▸ **What to produce**
The tail of the records, from the line containing "v 35.522 5 9.952" through the final line, should be printed exactly and on its own.

(Stored data entries)
────────────────

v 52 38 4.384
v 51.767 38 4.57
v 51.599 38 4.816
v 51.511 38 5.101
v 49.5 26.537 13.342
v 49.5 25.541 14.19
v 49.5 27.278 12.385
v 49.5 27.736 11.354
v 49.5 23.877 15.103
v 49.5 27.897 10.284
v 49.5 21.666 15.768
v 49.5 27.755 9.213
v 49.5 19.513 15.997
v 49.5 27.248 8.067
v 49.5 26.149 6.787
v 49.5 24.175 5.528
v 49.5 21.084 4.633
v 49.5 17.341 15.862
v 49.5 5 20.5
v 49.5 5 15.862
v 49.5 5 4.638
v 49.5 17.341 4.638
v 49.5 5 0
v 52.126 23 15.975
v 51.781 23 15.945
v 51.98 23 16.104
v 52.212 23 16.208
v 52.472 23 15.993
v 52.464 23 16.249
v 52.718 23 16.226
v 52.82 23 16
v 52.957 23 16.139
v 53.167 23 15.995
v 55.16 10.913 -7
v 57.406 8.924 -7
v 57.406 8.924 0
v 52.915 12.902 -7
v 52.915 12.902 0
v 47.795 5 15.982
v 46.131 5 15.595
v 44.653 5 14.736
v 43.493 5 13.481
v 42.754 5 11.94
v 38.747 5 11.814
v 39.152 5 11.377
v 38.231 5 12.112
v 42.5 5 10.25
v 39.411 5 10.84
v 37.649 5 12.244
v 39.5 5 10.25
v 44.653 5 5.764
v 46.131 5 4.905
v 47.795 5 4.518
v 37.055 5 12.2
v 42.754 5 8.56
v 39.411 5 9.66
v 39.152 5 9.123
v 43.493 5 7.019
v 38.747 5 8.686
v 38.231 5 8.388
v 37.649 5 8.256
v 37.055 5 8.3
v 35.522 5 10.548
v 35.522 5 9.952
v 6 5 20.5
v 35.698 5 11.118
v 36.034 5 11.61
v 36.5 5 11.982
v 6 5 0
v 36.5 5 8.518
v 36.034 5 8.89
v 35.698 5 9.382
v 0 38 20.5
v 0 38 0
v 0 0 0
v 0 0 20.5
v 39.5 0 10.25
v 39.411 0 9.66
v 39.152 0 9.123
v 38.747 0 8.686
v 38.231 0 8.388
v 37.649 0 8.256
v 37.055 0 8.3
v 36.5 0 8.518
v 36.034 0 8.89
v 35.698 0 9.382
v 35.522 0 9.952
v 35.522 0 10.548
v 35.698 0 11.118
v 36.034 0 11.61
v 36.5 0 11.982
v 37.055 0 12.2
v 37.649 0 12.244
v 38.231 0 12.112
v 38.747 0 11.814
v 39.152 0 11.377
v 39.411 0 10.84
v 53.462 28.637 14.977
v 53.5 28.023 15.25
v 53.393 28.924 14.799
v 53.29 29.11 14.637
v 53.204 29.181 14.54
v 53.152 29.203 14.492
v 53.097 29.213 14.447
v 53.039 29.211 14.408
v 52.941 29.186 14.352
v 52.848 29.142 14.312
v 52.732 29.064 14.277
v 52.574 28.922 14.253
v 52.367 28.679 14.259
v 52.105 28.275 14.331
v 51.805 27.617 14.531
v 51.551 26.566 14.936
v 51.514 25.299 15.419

────────────────

▸ **Response to the task**
v 35.522 5 9.952
v 6 5 20.5
v 35.698 5 11.118
v 36.034 5 11.61
v 36.5 5 11.982
v 6 5 0
v 36.5 5 8.518
v 36.034 5 8.89
v 35.698 5 9.382
v 0 38 20.5
v 0 38 0
v 0 0 0
v 0 0 20.5
v 39.5 0 10.25
v 39.411 0 9.66
v 39.152 0 9.123
v 38.747 0 8.686
v 38.231 0 8.388
v 37.649 0 8.256
v 37.055 0 8.3
v 36.5 0 8.518
v 36.034 0 8.89
v 35.698 0 9.382
v 35.522 0 9.952
v 35.522 0 10.548
v 35.698 0 11.118
v 36.034 0 11.61
v 36.5 0 11.982
v 37.055 0 12.2
v 37.649 0 12.244
v 38.231 0 12.112
v 38.747 0 11.814
v 39.152 0 11.377
v 39.411 0 10.84
v 53.462 28.637 14.977
v 53.5 28.023 15.25
v 53.393 28.924 14.799
v 53.29 29.11 14.637
v 53.204 29.181 14.54
v 53.152 29.203 14.492
v 53.097 29.213 14.447
v 53.039 29.211 14.408
v 52.941 29.186 14.352
v 52.848 29.142 14.312
v 52.732 29.064 14.277
v 52.574 28.922 14.253
v 52.367 28.679 14.259
v 52.105 28.275 14.331
v 51.805 27.617 14.531
v 51.551 26.566 14.936
v 51.514 25.299 15.419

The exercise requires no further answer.